▶ _Task brief_
The material below contains a line with "f 157 89 91" and a line with "f 172 32 23". Copy exactly those two lines and all lines between them.
Data extract below:
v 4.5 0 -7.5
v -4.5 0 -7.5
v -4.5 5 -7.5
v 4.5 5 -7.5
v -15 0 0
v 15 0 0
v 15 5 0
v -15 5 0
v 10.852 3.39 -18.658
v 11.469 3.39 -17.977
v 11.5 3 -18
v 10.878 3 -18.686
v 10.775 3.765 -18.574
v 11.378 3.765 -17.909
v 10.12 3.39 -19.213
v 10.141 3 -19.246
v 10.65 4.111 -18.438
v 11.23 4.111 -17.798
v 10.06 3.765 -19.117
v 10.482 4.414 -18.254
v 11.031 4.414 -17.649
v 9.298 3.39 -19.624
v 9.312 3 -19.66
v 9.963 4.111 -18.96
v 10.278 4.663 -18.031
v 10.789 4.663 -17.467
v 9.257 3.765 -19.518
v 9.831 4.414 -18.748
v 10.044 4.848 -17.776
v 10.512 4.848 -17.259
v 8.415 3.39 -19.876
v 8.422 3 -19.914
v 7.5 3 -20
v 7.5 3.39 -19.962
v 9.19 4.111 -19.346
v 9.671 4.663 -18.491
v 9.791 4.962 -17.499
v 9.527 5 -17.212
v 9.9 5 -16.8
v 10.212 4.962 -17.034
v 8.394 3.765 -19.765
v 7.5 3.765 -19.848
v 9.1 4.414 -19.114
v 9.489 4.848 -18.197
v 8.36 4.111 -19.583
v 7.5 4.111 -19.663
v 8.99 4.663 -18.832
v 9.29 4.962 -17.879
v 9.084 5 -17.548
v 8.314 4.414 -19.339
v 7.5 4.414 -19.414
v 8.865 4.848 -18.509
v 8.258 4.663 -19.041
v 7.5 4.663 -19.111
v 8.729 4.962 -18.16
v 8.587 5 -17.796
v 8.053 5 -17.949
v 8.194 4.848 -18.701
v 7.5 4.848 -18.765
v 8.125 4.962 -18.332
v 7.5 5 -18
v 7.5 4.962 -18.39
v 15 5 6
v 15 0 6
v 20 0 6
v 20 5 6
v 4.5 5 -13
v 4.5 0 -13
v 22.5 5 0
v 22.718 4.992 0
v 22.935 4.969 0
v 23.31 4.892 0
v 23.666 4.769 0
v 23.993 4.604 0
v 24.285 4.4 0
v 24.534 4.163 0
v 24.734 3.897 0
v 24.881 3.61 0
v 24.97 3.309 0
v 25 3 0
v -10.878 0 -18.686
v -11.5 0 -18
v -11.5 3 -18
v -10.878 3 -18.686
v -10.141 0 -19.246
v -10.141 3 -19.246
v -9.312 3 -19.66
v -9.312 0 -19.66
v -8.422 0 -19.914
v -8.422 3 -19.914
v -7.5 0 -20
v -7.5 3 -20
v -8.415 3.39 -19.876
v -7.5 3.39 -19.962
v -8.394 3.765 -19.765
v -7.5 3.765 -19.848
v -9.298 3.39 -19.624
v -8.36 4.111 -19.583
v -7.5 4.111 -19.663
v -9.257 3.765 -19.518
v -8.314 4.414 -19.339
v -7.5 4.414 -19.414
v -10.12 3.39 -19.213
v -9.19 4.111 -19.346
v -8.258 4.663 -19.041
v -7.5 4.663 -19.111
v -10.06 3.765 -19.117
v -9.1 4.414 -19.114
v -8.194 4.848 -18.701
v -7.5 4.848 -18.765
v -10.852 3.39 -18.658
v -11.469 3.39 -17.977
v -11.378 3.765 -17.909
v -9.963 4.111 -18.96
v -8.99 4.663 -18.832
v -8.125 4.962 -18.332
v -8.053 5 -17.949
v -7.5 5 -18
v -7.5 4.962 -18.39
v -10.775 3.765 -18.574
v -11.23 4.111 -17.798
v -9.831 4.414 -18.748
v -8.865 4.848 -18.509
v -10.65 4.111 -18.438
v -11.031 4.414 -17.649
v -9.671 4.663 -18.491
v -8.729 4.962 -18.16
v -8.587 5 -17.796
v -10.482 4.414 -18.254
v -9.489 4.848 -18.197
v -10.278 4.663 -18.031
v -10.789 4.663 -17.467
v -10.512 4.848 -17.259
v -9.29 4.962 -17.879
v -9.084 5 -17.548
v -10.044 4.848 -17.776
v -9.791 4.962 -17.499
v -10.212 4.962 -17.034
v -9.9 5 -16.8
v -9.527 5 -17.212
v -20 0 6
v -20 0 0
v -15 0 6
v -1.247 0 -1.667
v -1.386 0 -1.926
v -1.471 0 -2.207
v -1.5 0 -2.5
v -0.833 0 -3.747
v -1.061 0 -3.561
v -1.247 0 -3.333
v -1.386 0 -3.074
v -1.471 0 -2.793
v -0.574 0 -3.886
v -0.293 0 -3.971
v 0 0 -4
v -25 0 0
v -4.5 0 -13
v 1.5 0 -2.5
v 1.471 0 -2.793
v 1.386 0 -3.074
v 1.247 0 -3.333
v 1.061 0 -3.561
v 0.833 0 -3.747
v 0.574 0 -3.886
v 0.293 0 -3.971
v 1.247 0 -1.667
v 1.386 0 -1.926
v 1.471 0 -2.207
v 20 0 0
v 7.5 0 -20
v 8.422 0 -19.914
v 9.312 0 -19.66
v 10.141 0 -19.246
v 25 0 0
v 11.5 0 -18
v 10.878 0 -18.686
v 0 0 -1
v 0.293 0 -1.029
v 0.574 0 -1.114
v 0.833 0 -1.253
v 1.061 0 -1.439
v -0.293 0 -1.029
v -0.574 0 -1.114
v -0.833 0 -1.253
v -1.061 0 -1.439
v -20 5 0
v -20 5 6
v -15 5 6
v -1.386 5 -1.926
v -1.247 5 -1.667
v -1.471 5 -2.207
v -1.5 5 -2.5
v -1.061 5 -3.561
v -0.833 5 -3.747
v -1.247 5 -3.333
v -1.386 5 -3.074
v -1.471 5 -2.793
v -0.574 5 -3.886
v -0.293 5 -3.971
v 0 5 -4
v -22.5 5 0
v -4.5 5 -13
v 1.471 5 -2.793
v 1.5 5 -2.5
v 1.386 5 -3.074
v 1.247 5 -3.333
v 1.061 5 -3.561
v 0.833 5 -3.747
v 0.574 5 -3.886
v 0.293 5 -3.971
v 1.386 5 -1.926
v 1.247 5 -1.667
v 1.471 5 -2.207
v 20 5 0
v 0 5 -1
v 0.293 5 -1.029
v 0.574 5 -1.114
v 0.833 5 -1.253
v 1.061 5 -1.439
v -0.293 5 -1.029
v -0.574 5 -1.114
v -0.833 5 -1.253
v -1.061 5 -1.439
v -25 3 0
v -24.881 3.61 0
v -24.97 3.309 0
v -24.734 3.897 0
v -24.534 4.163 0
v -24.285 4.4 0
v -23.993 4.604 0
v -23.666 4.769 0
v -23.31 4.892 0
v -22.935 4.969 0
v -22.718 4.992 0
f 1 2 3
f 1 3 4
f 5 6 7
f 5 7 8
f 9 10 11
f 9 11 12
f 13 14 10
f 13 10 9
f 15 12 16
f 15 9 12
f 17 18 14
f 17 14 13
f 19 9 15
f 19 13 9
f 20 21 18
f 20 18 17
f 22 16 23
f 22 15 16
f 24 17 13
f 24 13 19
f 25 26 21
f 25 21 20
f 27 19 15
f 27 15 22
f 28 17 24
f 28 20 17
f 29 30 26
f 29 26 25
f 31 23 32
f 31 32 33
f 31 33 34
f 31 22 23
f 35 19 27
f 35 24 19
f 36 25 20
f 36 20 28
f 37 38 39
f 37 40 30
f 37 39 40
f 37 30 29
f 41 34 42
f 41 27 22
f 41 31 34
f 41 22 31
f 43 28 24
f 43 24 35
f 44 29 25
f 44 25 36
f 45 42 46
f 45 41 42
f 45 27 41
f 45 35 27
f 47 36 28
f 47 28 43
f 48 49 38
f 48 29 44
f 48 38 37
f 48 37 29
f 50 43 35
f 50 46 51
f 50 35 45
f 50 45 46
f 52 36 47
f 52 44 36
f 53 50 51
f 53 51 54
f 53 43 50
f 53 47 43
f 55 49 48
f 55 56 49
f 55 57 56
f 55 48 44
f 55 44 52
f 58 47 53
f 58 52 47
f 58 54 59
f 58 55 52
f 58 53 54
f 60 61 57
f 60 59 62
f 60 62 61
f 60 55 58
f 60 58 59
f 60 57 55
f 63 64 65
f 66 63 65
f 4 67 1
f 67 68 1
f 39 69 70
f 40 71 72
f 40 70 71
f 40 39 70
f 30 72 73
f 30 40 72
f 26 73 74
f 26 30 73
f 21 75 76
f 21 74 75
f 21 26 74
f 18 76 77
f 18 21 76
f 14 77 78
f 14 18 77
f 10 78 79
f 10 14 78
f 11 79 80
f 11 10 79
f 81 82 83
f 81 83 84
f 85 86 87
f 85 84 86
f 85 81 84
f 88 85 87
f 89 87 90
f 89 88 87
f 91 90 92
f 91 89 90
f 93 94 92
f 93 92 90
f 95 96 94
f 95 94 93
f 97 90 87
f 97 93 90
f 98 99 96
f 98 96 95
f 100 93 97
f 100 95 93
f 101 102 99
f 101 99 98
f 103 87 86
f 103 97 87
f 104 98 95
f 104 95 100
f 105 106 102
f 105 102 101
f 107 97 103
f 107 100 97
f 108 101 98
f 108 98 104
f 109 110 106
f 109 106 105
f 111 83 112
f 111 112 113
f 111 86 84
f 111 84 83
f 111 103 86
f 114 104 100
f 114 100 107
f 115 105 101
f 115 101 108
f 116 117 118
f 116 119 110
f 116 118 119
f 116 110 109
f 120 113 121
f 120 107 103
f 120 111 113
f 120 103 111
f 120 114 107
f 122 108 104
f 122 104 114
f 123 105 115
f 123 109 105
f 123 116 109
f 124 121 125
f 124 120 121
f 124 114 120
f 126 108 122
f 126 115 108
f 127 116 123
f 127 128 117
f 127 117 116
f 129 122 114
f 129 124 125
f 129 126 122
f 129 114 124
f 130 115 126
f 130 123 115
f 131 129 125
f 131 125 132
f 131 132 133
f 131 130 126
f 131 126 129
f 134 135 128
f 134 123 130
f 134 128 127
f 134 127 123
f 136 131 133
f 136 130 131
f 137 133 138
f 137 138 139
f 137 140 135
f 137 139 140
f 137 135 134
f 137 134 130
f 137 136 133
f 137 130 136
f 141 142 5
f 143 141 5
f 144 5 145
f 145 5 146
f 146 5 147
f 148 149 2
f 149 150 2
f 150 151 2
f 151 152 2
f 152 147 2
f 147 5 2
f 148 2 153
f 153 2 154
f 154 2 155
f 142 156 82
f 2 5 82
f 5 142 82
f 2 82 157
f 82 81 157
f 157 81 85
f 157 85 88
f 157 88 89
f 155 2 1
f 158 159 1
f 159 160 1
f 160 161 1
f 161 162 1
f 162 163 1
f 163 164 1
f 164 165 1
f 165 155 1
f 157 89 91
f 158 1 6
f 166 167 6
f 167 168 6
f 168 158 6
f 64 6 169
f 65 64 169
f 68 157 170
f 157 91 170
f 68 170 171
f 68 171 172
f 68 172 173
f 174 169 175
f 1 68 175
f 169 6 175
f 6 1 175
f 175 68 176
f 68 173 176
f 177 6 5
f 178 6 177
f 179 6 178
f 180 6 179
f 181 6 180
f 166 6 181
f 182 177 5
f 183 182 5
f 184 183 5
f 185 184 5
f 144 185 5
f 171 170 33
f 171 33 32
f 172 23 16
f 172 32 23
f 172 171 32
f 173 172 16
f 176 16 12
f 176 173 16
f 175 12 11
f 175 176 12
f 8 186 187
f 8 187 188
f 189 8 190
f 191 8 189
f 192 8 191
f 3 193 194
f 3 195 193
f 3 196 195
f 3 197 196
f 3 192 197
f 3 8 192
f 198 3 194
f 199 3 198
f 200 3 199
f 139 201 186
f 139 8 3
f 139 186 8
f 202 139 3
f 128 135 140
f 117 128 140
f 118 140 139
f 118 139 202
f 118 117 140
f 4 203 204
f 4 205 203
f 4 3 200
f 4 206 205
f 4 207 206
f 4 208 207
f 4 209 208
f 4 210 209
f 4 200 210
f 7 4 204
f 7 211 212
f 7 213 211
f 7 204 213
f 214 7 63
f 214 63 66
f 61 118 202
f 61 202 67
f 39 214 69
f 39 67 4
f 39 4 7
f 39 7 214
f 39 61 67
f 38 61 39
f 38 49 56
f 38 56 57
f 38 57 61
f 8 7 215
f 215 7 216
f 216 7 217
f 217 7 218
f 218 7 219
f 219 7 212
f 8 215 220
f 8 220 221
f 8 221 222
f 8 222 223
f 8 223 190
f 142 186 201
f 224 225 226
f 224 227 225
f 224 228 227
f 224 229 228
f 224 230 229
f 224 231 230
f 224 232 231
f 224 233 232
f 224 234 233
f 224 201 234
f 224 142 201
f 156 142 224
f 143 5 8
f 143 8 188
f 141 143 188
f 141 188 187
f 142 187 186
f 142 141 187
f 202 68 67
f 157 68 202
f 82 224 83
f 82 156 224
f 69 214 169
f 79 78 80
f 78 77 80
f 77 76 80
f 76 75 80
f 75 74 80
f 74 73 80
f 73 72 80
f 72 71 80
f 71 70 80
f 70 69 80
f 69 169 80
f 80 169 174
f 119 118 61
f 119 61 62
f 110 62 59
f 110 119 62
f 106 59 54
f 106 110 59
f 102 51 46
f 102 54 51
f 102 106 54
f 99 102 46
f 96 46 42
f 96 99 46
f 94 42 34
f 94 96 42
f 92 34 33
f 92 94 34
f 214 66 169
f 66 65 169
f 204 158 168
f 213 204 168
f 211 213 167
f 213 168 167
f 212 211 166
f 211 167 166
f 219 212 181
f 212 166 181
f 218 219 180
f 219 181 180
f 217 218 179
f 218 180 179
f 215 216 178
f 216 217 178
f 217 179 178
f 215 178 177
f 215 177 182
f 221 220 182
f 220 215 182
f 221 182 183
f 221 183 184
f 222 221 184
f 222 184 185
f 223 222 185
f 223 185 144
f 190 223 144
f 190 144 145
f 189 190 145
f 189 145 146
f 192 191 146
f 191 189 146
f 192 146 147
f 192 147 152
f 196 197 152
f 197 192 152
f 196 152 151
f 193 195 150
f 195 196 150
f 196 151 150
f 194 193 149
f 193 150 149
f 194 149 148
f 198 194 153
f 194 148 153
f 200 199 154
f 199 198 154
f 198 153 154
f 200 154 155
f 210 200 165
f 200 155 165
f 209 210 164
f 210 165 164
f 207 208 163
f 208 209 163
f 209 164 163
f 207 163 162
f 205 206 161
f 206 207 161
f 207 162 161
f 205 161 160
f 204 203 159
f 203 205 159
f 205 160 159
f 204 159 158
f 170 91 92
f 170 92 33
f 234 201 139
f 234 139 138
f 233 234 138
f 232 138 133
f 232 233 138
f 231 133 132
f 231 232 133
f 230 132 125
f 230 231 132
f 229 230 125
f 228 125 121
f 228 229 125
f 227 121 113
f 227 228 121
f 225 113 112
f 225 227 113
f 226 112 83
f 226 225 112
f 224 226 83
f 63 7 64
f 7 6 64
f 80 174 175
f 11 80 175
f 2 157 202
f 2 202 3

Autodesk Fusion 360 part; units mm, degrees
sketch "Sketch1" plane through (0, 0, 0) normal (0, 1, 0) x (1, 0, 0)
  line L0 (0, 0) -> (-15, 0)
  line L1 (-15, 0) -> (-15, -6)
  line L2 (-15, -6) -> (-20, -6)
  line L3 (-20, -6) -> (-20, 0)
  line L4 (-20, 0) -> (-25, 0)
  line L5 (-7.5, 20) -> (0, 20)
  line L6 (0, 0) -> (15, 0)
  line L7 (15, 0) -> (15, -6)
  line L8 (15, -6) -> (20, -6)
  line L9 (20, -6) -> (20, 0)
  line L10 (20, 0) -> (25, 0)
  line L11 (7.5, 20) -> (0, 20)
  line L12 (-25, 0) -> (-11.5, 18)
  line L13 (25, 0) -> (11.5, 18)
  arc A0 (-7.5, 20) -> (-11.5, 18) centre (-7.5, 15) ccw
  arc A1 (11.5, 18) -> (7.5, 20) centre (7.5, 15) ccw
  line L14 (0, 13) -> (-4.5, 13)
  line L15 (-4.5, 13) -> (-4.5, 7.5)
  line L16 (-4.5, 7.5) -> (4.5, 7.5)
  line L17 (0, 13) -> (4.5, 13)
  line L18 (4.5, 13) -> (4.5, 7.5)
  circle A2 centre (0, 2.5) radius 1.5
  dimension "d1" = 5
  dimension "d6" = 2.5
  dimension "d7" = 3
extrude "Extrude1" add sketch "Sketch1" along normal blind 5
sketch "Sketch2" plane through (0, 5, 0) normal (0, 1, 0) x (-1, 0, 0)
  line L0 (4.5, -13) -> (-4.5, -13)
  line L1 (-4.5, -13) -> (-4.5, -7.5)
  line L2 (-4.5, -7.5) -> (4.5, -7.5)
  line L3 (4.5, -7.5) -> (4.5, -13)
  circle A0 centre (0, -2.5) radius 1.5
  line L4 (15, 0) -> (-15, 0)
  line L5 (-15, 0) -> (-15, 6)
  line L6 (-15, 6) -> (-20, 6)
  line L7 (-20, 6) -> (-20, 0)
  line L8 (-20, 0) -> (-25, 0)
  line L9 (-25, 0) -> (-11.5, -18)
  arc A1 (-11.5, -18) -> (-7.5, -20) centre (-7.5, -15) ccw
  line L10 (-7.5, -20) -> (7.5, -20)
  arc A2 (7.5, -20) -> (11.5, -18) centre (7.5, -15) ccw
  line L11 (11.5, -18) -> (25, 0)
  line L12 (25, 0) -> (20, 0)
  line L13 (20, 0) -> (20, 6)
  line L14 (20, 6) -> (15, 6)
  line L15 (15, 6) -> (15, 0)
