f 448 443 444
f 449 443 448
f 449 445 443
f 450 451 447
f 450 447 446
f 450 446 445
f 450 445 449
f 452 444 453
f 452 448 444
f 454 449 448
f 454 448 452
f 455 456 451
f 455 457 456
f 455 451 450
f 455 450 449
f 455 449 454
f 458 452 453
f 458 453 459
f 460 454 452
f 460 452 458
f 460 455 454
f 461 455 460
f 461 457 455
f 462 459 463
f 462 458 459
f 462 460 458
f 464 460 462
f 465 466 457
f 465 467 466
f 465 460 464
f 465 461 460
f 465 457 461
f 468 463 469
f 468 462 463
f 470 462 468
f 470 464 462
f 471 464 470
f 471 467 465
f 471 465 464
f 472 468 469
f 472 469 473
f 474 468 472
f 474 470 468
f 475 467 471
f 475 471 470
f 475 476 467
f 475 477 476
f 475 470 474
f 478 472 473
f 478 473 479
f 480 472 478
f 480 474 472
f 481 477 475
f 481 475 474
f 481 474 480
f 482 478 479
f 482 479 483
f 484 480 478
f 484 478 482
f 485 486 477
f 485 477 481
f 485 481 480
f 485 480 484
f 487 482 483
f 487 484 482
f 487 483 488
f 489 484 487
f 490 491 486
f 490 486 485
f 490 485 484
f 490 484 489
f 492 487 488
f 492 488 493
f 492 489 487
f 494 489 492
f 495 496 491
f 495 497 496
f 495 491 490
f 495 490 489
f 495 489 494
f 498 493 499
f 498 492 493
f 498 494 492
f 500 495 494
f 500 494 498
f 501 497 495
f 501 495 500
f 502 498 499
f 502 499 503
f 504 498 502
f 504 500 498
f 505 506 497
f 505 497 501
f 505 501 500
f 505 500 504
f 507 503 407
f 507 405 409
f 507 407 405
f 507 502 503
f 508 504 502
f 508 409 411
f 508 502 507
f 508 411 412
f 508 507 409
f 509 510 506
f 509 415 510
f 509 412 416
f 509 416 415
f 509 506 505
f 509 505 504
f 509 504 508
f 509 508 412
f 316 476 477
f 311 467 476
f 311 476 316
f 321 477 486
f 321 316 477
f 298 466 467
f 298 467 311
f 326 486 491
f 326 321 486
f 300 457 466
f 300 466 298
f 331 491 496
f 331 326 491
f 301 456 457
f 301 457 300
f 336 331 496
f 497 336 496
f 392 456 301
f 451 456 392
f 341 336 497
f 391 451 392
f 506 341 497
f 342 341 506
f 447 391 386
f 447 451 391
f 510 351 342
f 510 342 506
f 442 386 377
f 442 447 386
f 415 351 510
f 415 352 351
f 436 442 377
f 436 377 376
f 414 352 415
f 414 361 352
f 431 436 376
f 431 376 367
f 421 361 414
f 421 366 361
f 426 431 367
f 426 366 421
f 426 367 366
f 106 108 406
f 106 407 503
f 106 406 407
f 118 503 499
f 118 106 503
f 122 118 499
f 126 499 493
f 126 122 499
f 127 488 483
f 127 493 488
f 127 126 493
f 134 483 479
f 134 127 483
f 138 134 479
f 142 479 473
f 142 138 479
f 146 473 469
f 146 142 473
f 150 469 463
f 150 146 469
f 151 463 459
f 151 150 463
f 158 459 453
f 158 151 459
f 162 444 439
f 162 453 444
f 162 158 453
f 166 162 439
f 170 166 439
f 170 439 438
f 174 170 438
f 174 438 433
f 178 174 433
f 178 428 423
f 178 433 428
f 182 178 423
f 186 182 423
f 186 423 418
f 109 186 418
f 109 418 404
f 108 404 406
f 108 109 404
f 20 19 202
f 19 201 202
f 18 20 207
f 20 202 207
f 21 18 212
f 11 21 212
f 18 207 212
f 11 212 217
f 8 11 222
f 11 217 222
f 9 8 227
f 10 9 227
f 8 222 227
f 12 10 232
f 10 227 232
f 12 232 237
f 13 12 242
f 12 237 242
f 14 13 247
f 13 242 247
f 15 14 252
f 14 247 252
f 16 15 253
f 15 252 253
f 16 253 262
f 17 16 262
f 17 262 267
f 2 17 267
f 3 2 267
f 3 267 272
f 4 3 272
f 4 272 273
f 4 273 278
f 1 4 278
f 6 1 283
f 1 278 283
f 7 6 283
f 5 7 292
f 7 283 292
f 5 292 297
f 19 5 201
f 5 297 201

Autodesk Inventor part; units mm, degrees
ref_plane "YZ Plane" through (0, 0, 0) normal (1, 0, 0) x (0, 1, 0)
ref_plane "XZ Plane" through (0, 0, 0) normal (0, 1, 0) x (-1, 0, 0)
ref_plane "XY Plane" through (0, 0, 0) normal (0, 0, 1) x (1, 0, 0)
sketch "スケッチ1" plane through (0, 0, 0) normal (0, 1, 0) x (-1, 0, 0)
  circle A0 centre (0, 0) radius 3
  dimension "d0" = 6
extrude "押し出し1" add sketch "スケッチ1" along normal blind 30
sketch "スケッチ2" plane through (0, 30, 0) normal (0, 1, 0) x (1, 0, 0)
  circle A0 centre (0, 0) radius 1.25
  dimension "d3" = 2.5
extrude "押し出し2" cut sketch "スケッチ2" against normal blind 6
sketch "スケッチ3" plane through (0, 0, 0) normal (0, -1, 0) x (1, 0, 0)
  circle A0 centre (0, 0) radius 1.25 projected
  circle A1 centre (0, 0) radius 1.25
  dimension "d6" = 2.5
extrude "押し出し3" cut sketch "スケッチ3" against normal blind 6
End of Data extract.
▶ _Solution_
f 157 89 91
f 158 1 6
f 166 167 6
f 167 168 6
f 168 158 6
f 64 6 169
f 65 64 169
f 68 157 170
f 157 91 170
f 68 170 171
f 68 171 172
f 68 172 173
f 174 169 175
f 1 68 175
f 169 6 175
f 6 1 175
f 175 68 176
f 68 173 176
f 177 6 5
f 178 6 177
f 179 6 178
f 180 6 179
f 181 6 180
f 166 6 181
f 182 177 5
f 183 182 5
f 184 183 5
f 185 184 5
f 144 185 5
f 171 170 33
f 171 33 32
f 172 23 16
f 172 32 23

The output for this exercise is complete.